Say “underground economy,” and what do you think of?
Low-wage workers, some of them here illegally, toiling away in the shadows for bosses who may pay them a less-than-legal wage under the table, and who dodge paying the taxes on those wages. Right?
But now the headlines are about the other end of the underground economy, which isn’t hiding anywhere but flaunting itself. Big money is changing hands, and it seems that none of it going to pay the taxes and fees that it should.
Ride-sharing, room-sharing -- how about responsibility-sharing?
A California state senator, a Sonoma County Democrat, wants to give cities the authority to collect taxes from people who rent private rooms and even houses through online services like Airbnb. A fellow state senator, a Compton Democrat, wants full disclosure requirements for online house-sharing firms, including any fine-print leases banning such subletting.
And across California, nearly a score of taxi companies are suing ride-sharing company Uber over competition and safety questions. Prosecutors in L.A. and San Francisco have already gone after Uber on consumer-protection grounds.
I am all for a sharing economy. It’s innovative, exciting, nimble and responsive. And because it is the economy of the future, all the more reason to start putting in some regulatory scaffolding for it now. A sharing economy also means paying its fair share, too.
Two issues underlie this. The first is unfair competition, like the wrangling that L.A. did over food carts that operate without without health permits and inspections and licenses and taxes, undercutting the brick-and-mortar restaurants that do.
Taxis in L.A. do not have the best PR profile. I once joked, sort of, that the one place you’re be sure to find a cab in L.A. is circling City Hall during a periodic protest over regulations. The taxi biz hasn’t adapted very adroitly to Angelenos’ new preferences for getting around. Taxis are not as cheap or as fast as ride-sharing services, but at least they don’t do up-pricing during high-demand times.

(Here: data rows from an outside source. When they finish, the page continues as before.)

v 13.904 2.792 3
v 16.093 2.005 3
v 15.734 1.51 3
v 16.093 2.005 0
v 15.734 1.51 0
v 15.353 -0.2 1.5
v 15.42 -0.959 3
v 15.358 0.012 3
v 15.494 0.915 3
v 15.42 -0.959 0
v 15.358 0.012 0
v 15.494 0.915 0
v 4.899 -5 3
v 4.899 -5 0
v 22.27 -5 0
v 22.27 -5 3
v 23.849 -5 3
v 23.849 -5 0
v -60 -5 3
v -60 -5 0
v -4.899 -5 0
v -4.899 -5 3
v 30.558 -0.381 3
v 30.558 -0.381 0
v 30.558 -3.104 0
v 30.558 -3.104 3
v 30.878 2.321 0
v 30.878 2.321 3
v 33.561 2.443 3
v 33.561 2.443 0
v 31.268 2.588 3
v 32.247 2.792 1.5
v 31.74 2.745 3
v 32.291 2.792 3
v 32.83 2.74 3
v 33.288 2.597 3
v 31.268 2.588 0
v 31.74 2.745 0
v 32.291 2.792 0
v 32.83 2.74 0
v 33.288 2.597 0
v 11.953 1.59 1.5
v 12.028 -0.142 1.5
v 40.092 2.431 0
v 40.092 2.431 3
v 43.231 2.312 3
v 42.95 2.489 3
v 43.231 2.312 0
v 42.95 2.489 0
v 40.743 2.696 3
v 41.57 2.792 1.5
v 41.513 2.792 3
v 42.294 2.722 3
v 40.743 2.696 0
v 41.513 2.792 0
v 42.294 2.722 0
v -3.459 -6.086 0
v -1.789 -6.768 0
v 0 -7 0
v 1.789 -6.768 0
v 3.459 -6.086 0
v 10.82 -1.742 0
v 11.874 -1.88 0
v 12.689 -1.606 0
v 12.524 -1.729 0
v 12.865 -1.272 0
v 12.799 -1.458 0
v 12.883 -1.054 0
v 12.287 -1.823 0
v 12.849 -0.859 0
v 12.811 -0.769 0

As for room- and house-sharing services such as Airbnb – caveat emptor? Bedbugs or slippery showers? Online reviewers warn about outright frauds and scams, while other users are thrilled with price and flexibility. It’s all so profitable that in the Bay Area, landlords are opting for short-term house and room rentals rather than renting or leasing to long-term tenants, and whacking a housing market that’s already infinitesimally limited and enormously expensive.
The second issue: When these online services become freeloaders by not paying taxes, they take advantage of residents and businesses whose taxes pay for the things that make Uber and Airbnb and their ilk succeed in the first place -- decent roads, police-patrolled streets, reliable water and sewer services, even public utilities.
The old, low end of the underground economy already costs taxpayers tens of millions of dollars a year. The new, high end shouldn’t be able to do the same.
And official California shouldn’t let the “sharing economy” become the “scofflaw economy.”